Poste doch mal den Code den Du bis her verwendest incl. Formel.


----------



## Ralle (9 Februar 2008)

Was will er denn nun berechnen? Für die Geschwindigkeit hat er doch nun die Formel? Will er die Durchschnittsgeschwindigkeit haben oder was? Ich verstehe gerade den Sinn der Aktion nicht mehr.


----------



## stift (9 Februar 2008)

ich will den arithymtischen mittelwert der geschwindigkeit. 
dazu muss ich doch erst einmal mir die geschwindigkeit ausrechnen. 
diese ist abhängig von t, d.h. mit der formel 2 bekomme ich immer die momentangeschwindigkeit. 
Aus diesem grund habe ich in excel meinen zyklus in 26 teilschritte geteilt (eben diese 25ms), d.h. 26 momentangeschwindigkeiten berechnet. Aus diesen ergebnissen habe ich dann den mittelwert errechnet. 
jetzt möchte ich das ganze eben in s7 umsetzten. 
bisher habe ich lediglich den code für die drehzahlberechnung. Ansonsten habe ich noch nichts programmiert, da ich mich erstmal umhören wollte weil ich keinen Schimmer habe wie das am besten funktioniert. 
noch schöner wäre es natürlich, wenn man die formel 2 so modifizieren könnte dass man auf einen schlag den mittelwert berechnen kann, trotz sich ändernder winkelgeschwindigkeit.


----------



## Ralle (9 Februar 2008)

Ok, rechne das mal aus, das ist ja nicht verkehrt. Wie genau muß das Ganze denn sein? Es gibt ja in der Technik viele sinusförmige Vorgänge. Eines davon ist natürlich die Wechselspannung. Da gibt es dann solche Dinge wie den Effektivwert. Hier http://de.wikipedia.org/wiki/Effektivwert findest du mehr dazu. Die einfachste Näherung wäre meiner Meinung nach den Maximalwert der Geschwindigkeit durch Wurzel(2) zu dividieren. Der Maximalwert der Geschwindigkeit ist lt. Strutz in unmittelbare Nähe der Mittelstellung M erreicht. Ich mach ja nun auch nicht ständig Mathe und Physik, aber vielleicht kann man damit den ganzen Berechnungskram doch erheblich vereinfachen, wenn es auch nicht 100%-ig genau werden wird.
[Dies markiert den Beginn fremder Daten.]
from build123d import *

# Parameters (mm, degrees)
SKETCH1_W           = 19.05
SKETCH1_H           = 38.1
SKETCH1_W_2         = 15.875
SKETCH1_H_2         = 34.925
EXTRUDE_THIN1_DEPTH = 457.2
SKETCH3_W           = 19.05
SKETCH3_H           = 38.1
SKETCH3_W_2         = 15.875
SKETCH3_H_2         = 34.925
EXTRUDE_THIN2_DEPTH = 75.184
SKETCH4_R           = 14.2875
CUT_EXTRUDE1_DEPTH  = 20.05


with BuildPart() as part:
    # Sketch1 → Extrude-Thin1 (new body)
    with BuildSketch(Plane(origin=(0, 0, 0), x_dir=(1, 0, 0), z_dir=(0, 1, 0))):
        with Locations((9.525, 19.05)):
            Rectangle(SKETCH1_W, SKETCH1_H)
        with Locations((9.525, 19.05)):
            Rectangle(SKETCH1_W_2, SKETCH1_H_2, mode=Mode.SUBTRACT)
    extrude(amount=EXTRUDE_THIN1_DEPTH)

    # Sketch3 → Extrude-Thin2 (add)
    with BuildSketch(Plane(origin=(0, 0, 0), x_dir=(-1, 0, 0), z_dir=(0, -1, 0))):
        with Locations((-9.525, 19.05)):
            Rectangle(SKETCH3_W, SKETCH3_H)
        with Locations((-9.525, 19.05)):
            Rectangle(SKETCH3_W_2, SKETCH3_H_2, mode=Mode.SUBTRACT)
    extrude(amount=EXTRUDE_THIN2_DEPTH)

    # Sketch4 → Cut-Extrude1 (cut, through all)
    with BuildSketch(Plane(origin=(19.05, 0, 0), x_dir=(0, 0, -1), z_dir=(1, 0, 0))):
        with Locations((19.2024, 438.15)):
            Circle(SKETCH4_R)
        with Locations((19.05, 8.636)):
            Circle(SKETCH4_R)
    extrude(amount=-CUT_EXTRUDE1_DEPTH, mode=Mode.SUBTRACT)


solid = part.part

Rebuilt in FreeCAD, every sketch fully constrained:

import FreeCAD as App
import Part
import Sketcher

V = App.Vector
Q = App.Units.Quantity

doc = App.newDocument("Part")
body = doc.addObject("PartDesign::Body", "Body")

# Sketch on XZ plane
sketch1 = doc.addObject("Sketcher::SketchObject", "Sketch")
body.addObject(sketch1)
sketch1.AttachmentSupport = (doc.XZ_Plane, [""])
sketch1.MapMode = "FlatFace"
sketch1.addGeometry(Part.LineSegment(V(0, -38, 0), V(0, 0, 0)), False)
sketch1.addGeometry(Part.LineSegment(V(0, 0, 0), V(19, 0, 0)), False)
sketch1.addGeometry(Part.LineSegment(V(19, 0, 0), V(19, -38, 0)), False)
sketch1.addGeometry(Part.LineSegment(V(19, -38, 0), V(0, -38, 0)), False)
sketch1.addGeometry(Part.LineSegment(V(17, -2, 0), V(2, -2, 0)), False)
sketch1.addGeometry(Part.LineSegment(V(2, -2, 0), V(2, -37, 0)), False)
sketch1.addGeometry(Part.LineSegment(V(2, -37, 0), V(17, -37, 0)), False)
sketch1.addGeometry(Part.LineSegment(V(17, -37, 0), V(17, -2, 0)), False)
sketch1.addConstraint(Sketcher.Constraint("Coincident", 0, 2, 1, 1))
sketch1.addConstraint(Sketcher.Constraint("Coincident", 1, 2, 2, 1))
sketch1.addConstraint(Sketcher.Constraint("Coincident", 2, 2, 3, 1))
sketch1.addConstraint(Sketcher.Constraint("Coincident", 3, 2, 0, 1))
sketch1.addConstraint(Sketcher.Constraint("Coincident", 4, 2, 5, 1))
sketch1.addConstraint(Sketcher.Constraint("Coincident", 5, 2, 6, 1))
sketch1.addConstraint(Sketcher.Constraint("Coincident", 6, 2, 7, 1))
sketch1.addConstraint(Sketcher.Constraint("Coincident", 7, 2, 4, 1))
sketch1.addConstraint(Sketcher.Constraint("Vertical", 0))
sketch1.addConstraint(Sketcher.Constraint("Horizontal", 1))
sketch1.addConstraint(Sketcher.Constraint("Vertical", 2))
sketch1.addConstraint(Sketcher.Constraint("Horizontal", 3))
sketch1.addConstraint(Sketcher.Constraint("Horizontal", 4))
sketch1.addConstraint(Sketcher.Constraint("Vertical", 5))
sketch1.addConstraint(Sketcher.Constraint("Horizontal", 6))
sketch1.addConstraint(Sketcher.Constraint("Vertical", 7))
sketch1.addConstraint(Sketcher.Constraint("Coincident", 0, 2, -1, 1))
sketch1.addConstraint(Sketcher.Constraint("DistanceY", 0, 1, 0, 2, Q("1.5 in")))
sketch1.addConstraint(Sketcher.Constraint("DistanceX", 1, 1, 1, 2, Q("0.75 in")))
sketch1.addConstraint(Sketcher.Constraint("DistanceX", 4, 2, 4, 1, Q("0.625 in")))
sketch1.addConstraint(Sketcher.Constraint("DistanceY", 5, 2, 5, 1, Q("1.375 in")))
sketch1.addConstraint(Sketcher.Constraint("DistanceX", -1, 1, 4, 2, Q("0.0625 in")))
sketch1.addConstraint(Sketcher.Constraint("DistanceY", 4, 2, -1, 1, Q("0.0625 in")))
pad1 = doc.addObject("PartDesign::Pad", "Pad")
body.addObject(pad1)
pad1.Profile = sketch1
pad1.Length = Q("18 in")
pad1.Reversed = True

# Sketch on XZ plane
sketch2 = doc.addObject("Sketcher::SketchObject", "Sketch001")
body.addObject(sketch2)
sketch2.AttachmentSupport = (doc.XZ_Plane, [""])
sketch2.MapMode = "FlatFace"
sketch2.addGeometry(Part.LineSegment(V(19, -38, 0), V(19, 0, 0)), False)
sketch2.addGeometry(Part.LineSegment(V(19, 0, 0), V(0, 0, 0)), False)
sketch2.addGeometry(Part.LineSegment(V(0, 0, 0), V(0, -38, 0)), False)
sketch2.addGeometry(Part.LineSegment(V(0, -38, 0), V(19, -38, 0)), False)
sketch2.addGeometry(Part.LineSegment(V(2, -2, 0), V(17, -2, 0)), False)
sketch2.addGeometry(Part.LineSegment(V(17, -2, 0), V(17, -37, 0)), False)
sketch2.addGeometry(Part.LineSegment(V(17, -37, 0), V(2, -37, 0)), False)
sketch2.addGeometry(Part.LineSegment(V(2, -37, 0), V(2, -2, 0)), False)
sketch2.addConstraint(Sketcher.Constraint("Coincident", 0, 2, 1, 1))
sketch2.addConstraint(Sketcher.Constraint("Coincident", 1, 2, 2, 1))
sketch2.addConstraint(Sketcher.Constraint("Coincident", 2, 2, 3, 1))
sketch2.addConstraint(Sketcher.Constraint("Coincident", 3, 2, 0, 1))
sketch2.addConstraint(Sketcher.Constraint("Coincident", 4, 2, 5, 1))
sketch2.addConstraint(Sketcher.Constraint("Coincident", 5, 2, 6, 1))
sketch2.addConstraint(Sketcher.Constraint("Coincident", 6, 2, 7, 1))
sketch2.addConstraint(Sketcher.Constraint("Coincident", 7, 2, 4, 1))
sketch2.addConstraint(Sketcher.Constraint("Vertical", 0))
sketch2.addConstraint(Sketcher.Constraint("Horizontal", 1))
sketch2.addConstraint(Sketcher.Constraint("Vertical", 2))
sketch2.addConstraint(Sketcher.Constraint("Horizontal", 3))
sketch2.addConstraint(Sketcher.Constraint("Horizontal", 4))
sketch2.addConstraint(Sketcher.Constraint("Vertical", 5))
sketch2.addConstraint(Sketcher.Constraint("Horizontal", 6))
sketch2.addConstraint(Sketcher.Constraint("Vertical", 7))
sketch2.addConstraint(Sketcher.Constraint("Coincident", 1, 2, -1, 1))
sketch2.addConstraint(Sketcher.Constraint("DistanceY", 0, 1, 0, 2, Q("1.5 in")))
sketch2.addConstraint(Sketcher.Constraint("DistanceX", 1, 2, 1, 1, Q("0.75 in")))
sketch2.addConstraint(Sketcher.Constraint("DistanceX", 4, 1, 4, 2, Q("0.625 in")))
sketch2.addConstraint(Sketcher.Constraint("DistanceY", 5, 2, 5, 1, Q("1.375 in")))
sketch2.addConstraint(Sketcher.Constraint("DistanceX", -1, 1, 4, 2, Q("0.6875 in")))
sketch2.addConstraint(Sketcher.Constraint("DistanceY", 4, 2, -1, 1, Q("0.0625 in")))
pad2 = doc.addObject("PartDesign::Pad", "Pad001")
body.addObject(pad2)
pad2.Profile = sketch2
pad2.Length = Q("2.96 in")

# Sketch on YZ plane
sketch3 = doc.addObject("Sketcher::SketchObject", "Sketch002")
body.addObject(sketch3)
sketch3.AttachmentSupport = (doc.YZ_Plane, [""])
sketch3.MapMode = "FlatFace"
sketch3.AttachmentOffset = App.Placement(V(0, 0, 0.75 * 25.4), App.Rotation())
sketch3.addGeometry(Part.Circle(V(438, -19, 0), V(0, 0, 1), 14), False)
sketch3.addGeometry(Part.Circle(V(9, -19, 0), V(0, 0, 1), 14), False)
sketch3.addConstraint(Sketcher.Constraint("Equal", 0, 1))
sketch3.addConstraint(Sketcher.Constraint("Diameter", 0, Q("1.125 in")))
sketch3.addConstraint(Sketcher.Constraint("DistanceX", -1, 1, 0, 3, Q("17.25 in")))
sketch3.addConstraint(Sketcher.Constraint("DistanceX", -1, 1, 1, 3, Q("0.34 in")))
sketch3.addConstraint(Sketcher.Constraint("DistanceY", 1, 3, -1, 1, Q("0.75 in")))
sketch3.addConstraint(Sketcher.Constraint("DistanceY", 0, 3, -1, 1, Q("0.756 in")))
pocket1 = doc.addObject("PartDesign::Pocket", "Pocket")
body.addObject(pocket1)
pocket1.Profile = sketch3
pocket1.Type = "ThroughAll"

doc.recompute()
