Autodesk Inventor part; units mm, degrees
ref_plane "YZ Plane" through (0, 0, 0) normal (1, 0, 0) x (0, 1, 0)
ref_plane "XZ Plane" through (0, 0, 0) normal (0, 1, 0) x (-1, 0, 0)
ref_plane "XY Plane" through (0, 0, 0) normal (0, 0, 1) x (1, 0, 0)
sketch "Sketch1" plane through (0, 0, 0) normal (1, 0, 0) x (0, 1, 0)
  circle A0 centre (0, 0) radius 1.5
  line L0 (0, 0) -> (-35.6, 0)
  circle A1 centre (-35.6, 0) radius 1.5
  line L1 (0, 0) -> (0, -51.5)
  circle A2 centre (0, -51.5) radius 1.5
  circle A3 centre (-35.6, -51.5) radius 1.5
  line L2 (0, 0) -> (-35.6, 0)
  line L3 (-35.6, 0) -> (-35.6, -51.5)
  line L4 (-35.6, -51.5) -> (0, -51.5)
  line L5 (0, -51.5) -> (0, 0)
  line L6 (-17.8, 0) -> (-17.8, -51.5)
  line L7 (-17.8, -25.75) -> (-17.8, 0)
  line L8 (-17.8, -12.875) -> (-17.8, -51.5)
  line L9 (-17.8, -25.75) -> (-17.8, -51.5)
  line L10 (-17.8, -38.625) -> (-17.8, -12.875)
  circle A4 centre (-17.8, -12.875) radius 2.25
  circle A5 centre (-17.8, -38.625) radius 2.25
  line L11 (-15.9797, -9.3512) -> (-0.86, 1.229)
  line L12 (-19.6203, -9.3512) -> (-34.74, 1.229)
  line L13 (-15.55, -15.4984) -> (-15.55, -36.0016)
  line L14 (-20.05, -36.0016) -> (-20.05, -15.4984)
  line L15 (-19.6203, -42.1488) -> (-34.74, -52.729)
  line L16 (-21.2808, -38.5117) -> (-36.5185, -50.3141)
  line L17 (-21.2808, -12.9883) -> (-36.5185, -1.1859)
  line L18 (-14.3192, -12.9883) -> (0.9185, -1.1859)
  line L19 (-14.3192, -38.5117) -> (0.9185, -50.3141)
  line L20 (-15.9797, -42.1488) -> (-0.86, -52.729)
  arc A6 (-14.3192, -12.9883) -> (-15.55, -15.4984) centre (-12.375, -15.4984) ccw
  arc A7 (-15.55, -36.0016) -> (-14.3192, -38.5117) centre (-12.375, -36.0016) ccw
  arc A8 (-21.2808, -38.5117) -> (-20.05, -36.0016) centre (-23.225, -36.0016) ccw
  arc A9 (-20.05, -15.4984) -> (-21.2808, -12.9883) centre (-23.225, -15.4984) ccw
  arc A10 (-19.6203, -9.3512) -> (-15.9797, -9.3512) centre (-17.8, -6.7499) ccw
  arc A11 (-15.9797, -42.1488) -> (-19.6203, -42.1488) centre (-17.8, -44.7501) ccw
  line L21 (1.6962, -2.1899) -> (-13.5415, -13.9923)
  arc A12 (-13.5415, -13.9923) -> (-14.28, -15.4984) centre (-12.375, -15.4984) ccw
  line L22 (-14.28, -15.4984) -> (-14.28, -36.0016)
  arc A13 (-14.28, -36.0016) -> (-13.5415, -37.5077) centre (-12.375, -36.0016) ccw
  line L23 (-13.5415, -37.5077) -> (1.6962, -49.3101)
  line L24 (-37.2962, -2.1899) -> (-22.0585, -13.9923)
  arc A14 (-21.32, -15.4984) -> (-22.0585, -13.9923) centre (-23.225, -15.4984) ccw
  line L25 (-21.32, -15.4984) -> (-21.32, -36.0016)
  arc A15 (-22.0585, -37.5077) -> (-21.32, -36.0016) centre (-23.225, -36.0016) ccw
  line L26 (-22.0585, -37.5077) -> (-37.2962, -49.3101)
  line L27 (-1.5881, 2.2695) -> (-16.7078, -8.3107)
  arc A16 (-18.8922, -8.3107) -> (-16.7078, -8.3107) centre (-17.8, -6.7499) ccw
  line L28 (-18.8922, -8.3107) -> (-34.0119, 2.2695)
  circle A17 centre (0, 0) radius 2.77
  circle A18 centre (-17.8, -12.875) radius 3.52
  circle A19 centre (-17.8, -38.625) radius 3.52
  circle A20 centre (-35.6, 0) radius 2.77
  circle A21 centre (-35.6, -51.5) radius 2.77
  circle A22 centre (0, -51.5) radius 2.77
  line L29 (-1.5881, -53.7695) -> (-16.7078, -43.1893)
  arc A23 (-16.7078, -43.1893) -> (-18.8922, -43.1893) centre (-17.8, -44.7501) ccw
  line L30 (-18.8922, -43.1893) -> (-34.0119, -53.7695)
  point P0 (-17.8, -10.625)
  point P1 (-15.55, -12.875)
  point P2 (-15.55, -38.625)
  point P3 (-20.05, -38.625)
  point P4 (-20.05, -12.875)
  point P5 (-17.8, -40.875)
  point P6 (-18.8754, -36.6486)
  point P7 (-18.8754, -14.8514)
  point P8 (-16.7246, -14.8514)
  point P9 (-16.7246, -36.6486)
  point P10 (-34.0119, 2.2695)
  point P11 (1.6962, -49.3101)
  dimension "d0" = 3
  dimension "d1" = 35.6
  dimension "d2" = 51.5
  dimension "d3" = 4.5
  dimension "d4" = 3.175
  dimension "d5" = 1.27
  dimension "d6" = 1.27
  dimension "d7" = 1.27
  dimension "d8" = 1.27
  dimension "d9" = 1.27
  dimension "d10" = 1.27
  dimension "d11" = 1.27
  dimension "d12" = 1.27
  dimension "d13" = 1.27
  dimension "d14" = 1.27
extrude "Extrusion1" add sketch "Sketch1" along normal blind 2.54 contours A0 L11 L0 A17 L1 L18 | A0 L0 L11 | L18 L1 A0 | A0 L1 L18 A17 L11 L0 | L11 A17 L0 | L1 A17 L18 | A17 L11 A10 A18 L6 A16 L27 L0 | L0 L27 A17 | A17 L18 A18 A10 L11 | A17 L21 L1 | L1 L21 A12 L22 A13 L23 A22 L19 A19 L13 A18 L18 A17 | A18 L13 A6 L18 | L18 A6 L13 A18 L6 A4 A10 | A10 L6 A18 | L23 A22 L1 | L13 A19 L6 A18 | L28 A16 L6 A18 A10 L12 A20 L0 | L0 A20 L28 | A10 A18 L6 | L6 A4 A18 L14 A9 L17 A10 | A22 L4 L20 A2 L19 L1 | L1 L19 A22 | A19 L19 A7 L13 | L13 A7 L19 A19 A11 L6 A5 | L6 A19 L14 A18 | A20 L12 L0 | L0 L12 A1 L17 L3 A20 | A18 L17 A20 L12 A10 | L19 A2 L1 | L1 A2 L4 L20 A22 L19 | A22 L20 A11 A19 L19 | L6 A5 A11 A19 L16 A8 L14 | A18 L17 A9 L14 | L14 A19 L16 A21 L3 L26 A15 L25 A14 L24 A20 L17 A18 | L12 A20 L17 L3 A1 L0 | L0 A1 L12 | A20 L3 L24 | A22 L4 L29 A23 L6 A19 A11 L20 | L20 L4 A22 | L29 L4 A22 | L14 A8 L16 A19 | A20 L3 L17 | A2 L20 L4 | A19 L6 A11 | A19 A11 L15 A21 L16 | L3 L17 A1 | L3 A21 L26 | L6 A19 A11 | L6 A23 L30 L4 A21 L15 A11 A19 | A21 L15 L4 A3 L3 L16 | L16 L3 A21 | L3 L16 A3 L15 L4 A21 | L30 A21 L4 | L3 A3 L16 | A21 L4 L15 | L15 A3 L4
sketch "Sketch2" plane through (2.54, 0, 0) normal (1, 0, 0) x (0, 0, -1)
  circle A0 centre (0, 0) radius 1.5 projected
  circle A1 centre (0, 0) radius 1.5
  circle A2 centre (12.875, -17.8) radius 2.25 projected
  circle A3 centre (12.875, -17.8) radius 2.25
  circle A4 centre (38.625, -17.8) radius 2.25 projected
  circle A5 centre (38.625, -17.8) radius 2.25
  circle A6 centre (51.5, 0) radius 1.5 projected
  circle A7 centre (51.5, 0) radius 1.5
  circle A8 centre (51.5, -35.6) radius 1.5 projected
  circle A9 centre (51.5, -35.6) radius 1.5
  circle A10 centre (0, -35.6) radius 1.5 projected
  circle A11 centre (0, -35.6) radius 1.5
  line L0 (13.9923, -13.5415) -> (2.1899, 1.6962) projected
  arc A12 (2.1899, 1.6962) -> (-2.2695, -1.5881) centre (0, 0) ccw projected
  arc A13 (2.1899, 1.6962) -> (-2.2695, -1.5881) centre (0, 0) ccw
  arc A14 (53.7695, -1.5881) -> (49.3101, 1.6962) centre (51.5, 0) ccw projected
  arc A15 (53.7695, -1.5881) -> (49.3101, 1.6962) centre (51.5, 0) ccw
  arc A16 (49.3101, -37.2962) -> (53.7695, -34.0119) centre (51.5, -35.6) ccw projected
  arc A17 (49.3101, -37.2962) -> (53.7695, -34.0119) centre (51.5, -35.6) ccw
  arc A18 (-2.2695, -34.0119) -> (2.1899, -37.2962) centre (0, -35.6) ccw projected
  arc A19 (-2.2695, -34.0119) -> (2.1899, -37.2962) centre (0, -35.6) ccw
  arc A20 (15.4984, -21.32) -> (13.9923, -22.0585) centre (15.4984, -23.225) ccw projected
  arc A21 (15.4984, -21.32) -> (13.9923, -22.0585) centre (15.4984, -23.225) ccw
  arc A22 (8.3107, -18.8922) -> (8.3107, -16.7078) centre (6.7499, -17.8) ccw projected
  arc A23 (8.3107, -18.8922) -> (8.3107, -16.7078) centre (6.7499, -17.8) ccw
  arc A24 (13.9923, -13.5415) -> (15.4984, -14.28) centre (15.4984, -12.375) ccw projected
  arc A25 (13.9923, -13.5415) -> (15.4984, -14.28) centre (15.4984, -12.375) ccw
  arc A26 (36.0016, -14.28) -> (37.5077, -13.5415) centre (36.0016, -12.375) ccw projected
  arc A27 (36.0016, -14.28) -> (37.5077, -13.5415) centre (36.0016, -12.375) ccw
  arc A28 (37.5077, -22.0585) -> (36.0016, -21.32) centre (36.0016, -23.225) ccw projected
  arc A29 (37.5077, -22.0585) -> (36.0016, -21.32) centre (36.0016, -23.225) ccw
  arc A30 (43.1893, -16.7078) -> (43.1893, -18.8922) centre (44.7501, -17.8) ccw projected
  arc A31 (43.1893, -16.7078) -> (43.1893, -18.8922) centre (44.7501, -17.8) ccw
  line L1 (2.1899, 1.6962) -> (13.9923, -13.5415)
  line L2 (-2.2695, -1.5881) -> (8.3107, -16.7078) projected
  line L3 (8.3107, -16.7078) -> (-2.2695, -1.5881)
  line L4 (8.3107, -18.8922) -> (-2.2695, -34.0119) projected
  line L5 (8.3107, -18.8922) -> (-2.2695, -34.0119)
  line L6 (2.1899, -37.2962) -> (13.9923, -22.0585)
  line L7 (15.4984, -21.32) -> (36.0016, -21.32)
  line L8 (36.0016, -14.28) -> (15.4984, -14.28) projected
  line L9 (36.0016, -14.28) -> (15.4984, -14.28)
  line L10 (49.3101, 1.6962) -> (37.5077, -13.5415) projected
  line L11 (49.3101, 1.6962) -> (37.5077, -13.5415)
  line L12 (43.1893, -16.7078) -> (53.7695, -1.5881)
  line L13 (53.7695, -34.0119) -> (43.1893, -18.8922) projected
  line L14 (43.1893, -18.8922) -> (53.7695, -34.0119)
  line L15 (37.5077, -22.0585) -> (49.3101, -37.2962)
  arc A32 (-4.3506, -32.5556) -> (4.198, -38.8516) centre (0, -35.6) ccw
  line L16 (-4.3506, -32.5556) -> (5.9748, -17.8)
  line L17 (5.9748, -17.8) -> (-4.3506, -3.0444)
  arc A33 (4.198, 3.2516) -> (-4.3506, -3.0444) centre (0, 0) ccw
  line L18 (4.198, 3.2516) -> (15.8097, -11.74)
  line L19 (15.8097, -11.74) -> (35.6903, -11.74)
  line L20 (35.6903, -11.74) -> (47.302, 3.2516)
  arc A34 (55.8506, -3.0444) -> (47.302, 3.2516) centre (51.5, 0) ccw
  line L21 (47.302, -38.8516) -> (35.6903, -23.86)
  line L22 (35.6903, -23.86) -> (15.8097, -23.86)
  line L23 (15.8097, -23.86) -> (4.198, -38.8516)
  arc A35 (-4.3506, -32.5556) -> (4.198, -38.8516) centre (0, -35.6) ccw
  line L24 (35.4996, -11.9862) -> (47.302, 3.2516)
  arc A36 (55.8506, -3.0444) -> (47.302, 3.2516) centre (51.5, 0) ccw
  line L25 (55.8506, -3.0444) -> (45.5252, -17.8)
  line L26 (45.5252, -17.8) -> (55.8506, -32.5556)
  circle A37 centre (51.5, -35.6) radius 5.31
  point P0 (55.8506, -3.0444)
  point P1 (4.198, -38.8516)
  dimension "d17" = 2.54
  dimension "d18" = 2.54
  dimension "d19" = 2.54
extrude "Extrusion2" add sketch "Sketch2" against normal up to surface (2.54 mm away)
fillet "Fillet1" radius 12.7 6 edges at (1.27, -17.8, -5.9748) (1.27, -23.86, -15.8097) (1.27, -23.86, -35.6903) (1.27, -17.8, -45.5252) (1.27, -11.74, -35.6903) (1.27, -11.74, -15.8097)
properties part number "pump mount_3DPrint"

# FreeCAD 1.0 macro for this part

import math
import FreeCAD as App
import Part
import Sketcher
Q = App.Units.Quantity


def edges_at(feature, points):
    """Names of the edges that pass closest to the given points."""
    edges = feature.Shape.Edges
    near = lambda p: min(range(len(edges)), key=lambda i: edges[i].distToShape(Part.Vertex(*p))[0])
    return sorted({f"Edge{near(p) + 1}" for p in points})

doc = App.newDocument("Part")
body = doc.addObject("PartDesign::Body", "Body")

# Sketch on YZ plane
sketch1 = body.newObject("Sketcher::SketchObject", "Sketch")
sketch1.AttachmentSupport = (doc.getObject("YZ_Plane"), [""])
sketch1.MapMode = "FlatFace"
sketch1.addGeometry(Part.LineSegment(App.Vector(-1.5881, 2.2695, 0), App.Vector(-16.7078, -8.3107, 0)), False)
sketch1.addGeometry(Part.ArcOfCircle(Part.Circle(App.Vector(-17.8, -6.7499, 0), App.Vector(0, 0, 1), 1.904993), math.radians(-124.98315), math.radians(-55.01685)), False)
sketch1.addGeometry(Part.LineSegment(App.Vector(-18.8922, -8.3107, 0), App.Vector(-34.0119, 2.2695, 0)), False)
sketch1.addGeometry(Part.ArcOfCircle(Part.Circle(App.Vector(-35.6, 0, 0), App.Vector(0, 0, 1), 2.77), math.radians(55.0173), math.radians(232.240215)), False)
sketch1.addGeometry(Part.LineSegment(App.Vector(-37.2962, -2.1899, 0), App.Vector(-22.0585, -13.9923, 0)), False)
sketch1.addGeometry(Part.ArcOfCircle(Part.Circle(App.Vector(-23.225, -15.4984, 0), App.Vector(0, 0, 1), 1.905), math.radians(0), math.radians(52.24161)), False)
sketch1.addGeometry(Part.LineSegment(App.Vector(-21.32, -15.4984, 0), App.Vector(-21.32, -36.0016, 0)), False)
sketch1.addGeometry(Part.ArcOfCircle(Part.Circle(App.Vector(-23.225, -36.0016, 0), App.Vector(0, 0, 1), 1.905009), math.radians(-52.24161), math.radians(0)), False)
sketch1.addGeometry(Part.LineSegment(App.Vector(-22.0585, -37.5077, 0), App.Vector(-37.2962, -49.3101, 0)), False)
sketch1.addGeometry(Part.ArcOfCircle(Part.Circle(App.Vector(-35.6, -51.5, 0), App.Vector(0, 0, 1), 2.77), math.radians(127.759785), math.radians(304.9827)), False)
sketch1.addGeometry(Part.LineSegment(App.Vector(-34.0119, -53.7695, 0), App.Vector(-18.8922, -43.1893, 0)), False)
sketch1.addGeometry(Part.ArcOfCircle(Part.Circle(App.Vector(-17.8, -44.7501, 0), App.Vector(0, 0, 1), 1.904993), math.radians(55.01685), math.radians(124.98315)), False)
sketch1.addGeometry(Part.LineSegment(App.Vector(-16.7078, -43.1893, 0), App.Vector(-1.5881, -53.7695, 0)), False)
sketch1.addGeometry(Part.ArcOfCircle(Part.Circle(App.Vector(0, -51.5, 0), App.Vector(0, 0, 1), 2.77), math.radians(-124.9827), math.radians(52.240215)), False)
Korrigiert mich bitte, wenn ich falsch liege.


----------



## stift (9 Februar 2008)

Du hast recht wenn ich die Mittelpunktstellung und damit Maximalwert ausrechene, dann kann ich über einen Faktor (den ich mittels meiner Excel tabelle relativ einfach ermittlen könnte) das mittel der Geschwindigkeit berechnen. 
Problem dabei ist nur, dass das Antriebsrad sprich die kurbelwelle an einem stufenlos verstellbaren Getriebe hängt. d.h. verändere ich die geschwindigkeit so verschiebt sich ja der Zeitpunkt meines Maximalmalwertes da sich die winkelgeschwindigkeit ändert.  Das Programm würde aber ja dann mit diesem feste Zeitpunkt, den ich als Mittelstellung angegeben habe, weiter rechnen und einen beliebigen wert, der z.b. nur noch 1/3 so groß ist wie der Maximalwert auf den Effektivwert hochrechnen, was logischerweise ja falsch ist. 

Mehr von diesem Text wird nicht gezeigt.